Hey everyone I'm new to the forum but I am currently the owner of a 16ft towee fully rigged for flats fishing. Last year this boat was used extensively near the Fort Myers Beach area and worked flawlessly. This year, however, I'm planning a trip to the Keys for tarpon and do not know much about the area. I was curious if anyone has any experience running a boat like this in the Keys or any insight into how the water conditions get down there? Any advice would be greatly appreciated.

Tight lines,

Max


----------



## Bonecracker (Mar 29, 2007)

Hate to say it Max but you asked a "BIG" opened ended question and you will get a lot more responses if you get more specific. Please realize that most people will not give you there best fishing areas/along with tidal thoughts in the Keys as the fishing pressure is making it tougher and tougher to fish, especially for Poons on public forms. I think it would be smart to pick out a specific location in the Keys you want to fish and then ask for some general thoughts on where to start fishing. Also letting us know what your preferred way of fishing for Tarpon would be helpful. Like I will be using live bait (crabs, pinfish, or mullet), artificial, or fly! As for your little skiff it will be fine in the back county and ok out front if the weather is nice.


----------



## Max Inchausti (Feb 13, 2020)

Bonecracker said:


> Hate to say it Max but you asked a "BIG" opened ended question and you will get a lot more responses if you get more specific. Please realize that most people will not give you there best fishing areas/along with tidal thoughts in the Keys as the fishing pressure is making it tougher and tougher to fish, especially for Poons on public forms. I think it would be smart to pick out a specific location in the Keys you want to fish and then ask for some general thoughts on where to start fishing. Also letting us know what your preferred way of fishing for Tarpon would be helpful. Like I will be using live bait (crabs, pinfish, or mullet), artificial, or fly! As for your little skiff it will be fine in the back county and ok out front if the weather is nice.
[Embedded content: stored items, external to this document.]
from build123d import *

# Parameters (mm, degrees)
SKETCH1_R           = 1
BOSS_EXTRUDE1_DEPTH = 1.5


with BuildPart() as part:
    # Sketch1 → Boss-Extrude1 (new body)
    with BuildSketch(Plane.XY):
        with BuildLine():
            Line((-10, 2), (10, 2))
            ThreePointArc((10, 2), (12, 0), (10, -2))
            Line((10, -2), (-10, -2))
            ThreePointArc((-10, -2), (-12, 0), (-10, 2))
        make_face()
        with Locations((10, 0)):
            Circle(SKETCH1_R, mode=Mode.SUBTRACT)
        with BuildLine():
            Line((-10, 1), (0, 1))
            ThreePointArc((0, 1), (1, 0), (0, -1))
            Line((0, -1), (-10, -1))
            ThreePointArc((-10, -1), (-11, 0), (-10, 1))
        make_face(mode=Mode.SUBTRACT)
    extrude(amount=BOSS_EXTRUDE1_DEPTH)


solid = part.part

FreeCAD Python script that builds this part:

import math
import FreeCAD as App
import Part
import Sketcher

V = App.Vector

doc = App.newDocument("Part")
body = doc.addObject("PartDesign::Body", "Body")

# Sketch on XY plane
sketch1 = body.newObject("Sketcher::SketchObject", "Sketch")
sketch1.AttachmentSupport = (doc.getObject("XY_Plane"), [""])
sketch1.MapMode = "FlatFace"
sketch1.addGeometry([
    Part.LineSegment(V(10, 2, 0), V(-10, 2, 0)),  # 0
    Part.ArcOfCircle(Part.Circle(V(-10, 0, 0), V(0, 0, 1), 2), math.radians(90), math.radians(270)),  # 1
    Part.LineSegment(V(-10, -2, 0), V(10, -2, 0)),  # 2
    Part.ArcOfCircle(Part.Circle(V(10, 0, 0), V(0, 0, 1), 2), math.radians(-90), math.radians(90)),  # 3
    Part.Circle(V(10, 0, 0), V(0, 0, 1), 1),  # 4
    Part.LineSegment(V(-10, 1, 0), V(0, 1, 0)),  # 5
    Part.ArcOfCircle(Part.Circle(V(0, 0, 0), V(0, 0, 1), 1), math.radians(-90), math.radians(90)),  # 6
    Part.LineSegment(V(0, -1, 0), V(-10, -1, 0)),  # 7
    Part.ArcOfCircle(Part.Circle(V(-10, 0, 0), V(0, 0, 1), 1), math.radians(90), math.radians(270)),  # 8
], False)
sketch1.addConstraint([
    Sketcher.Constraint("Tangent", 0, 2, 1, 1),
    Sketcher.Constraint("Tangent", 1, 2, 2, 1),
    Sketcher.Constraint("Tangent", 2, 2, 3, 1),
    Sketcher.Constraint("Tangent", 3, 2, 0, 1),
    Sketcher.Constraint("Tangent", 5, 2, 6, 2),
    Sketcher.Constraint("Tangent", 6, 1, 7, 1),
    Sketcher.Constraint("Tangent", 7, 2, 8, 2),
    Sketcher.Constraint("Tangent", 8, 1, 5, 1),
    Sketcher.Constraint("Horizontal", 0),
    Sketcher.Constraint("Horizontal", 2),
    Sketcher.Constraint("Horizontal", 5),
    Sketcher.Constraint("Horizontal", 7),
    Sketcher.Constraint("Coincident", 6, 3, -1, 1),
    Sketcher.Constraint("Coincident", 4, 3, 3, 3),
    Sketcher.Constraint("Coincident", 8, 3, 1, 3),
    Sketcher.Constraint("Equal", 4, 6),
    Sketcher.Constraint("Diameter", 4, 2.0),
    Sketcher.Constraint("Radius", 1, 2.0),
    Sketcher.Constraint("DistanceX", 0, 2, 0, 1, 20.0),
    Sketcher.Constraint("DistanceX", 5, 1, 5, 2, 10.0),
])
pad1 = body.newObject("PartDesign::Pad", "Pad")
pad1.Profile = sketch1
pad1.Length = 1.5

doc.recompute()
The plan is to stay in Islamorada and explore the backcountry but some of the areas we're looking into are decent runs. We just wanted to get an idea if the runs are doable in a small boat or if were wiser to stick to more protected areas. Also, we will be targeting Tarpon exclusively with flies.


----------



## Bonecracker (Mar 29, 2007)

I quit fishing Islamorada area back in the late 90's due to so many Guides using the area, so I cannot help you there. At 60 I have forgot more than I know, but I know the Lower Keys really well! Maybe some other guys can help you with Islamorada!~ 

First off, I would recommend you get off you wallet and book a Guide a couple of days while you are in the Keys. Back in the early 80's while I was in college, I worked a lot of odd jobs just to earn money to come fly fish for Tarpon with a guide (because it was a dream of mine)! If you do hire a guide, respect the areas he fishes and avoid them for the rest of the week. But I bet if you tip well and ask politely, he would help you out on other locations to Poon fish the rest of the week. As for exploring the Keys backcountry take your time as slow is better than fast!! Good luck!!


----------



## Wbyman (Apr 2, 2020)

Hoping for a few more replies?


----------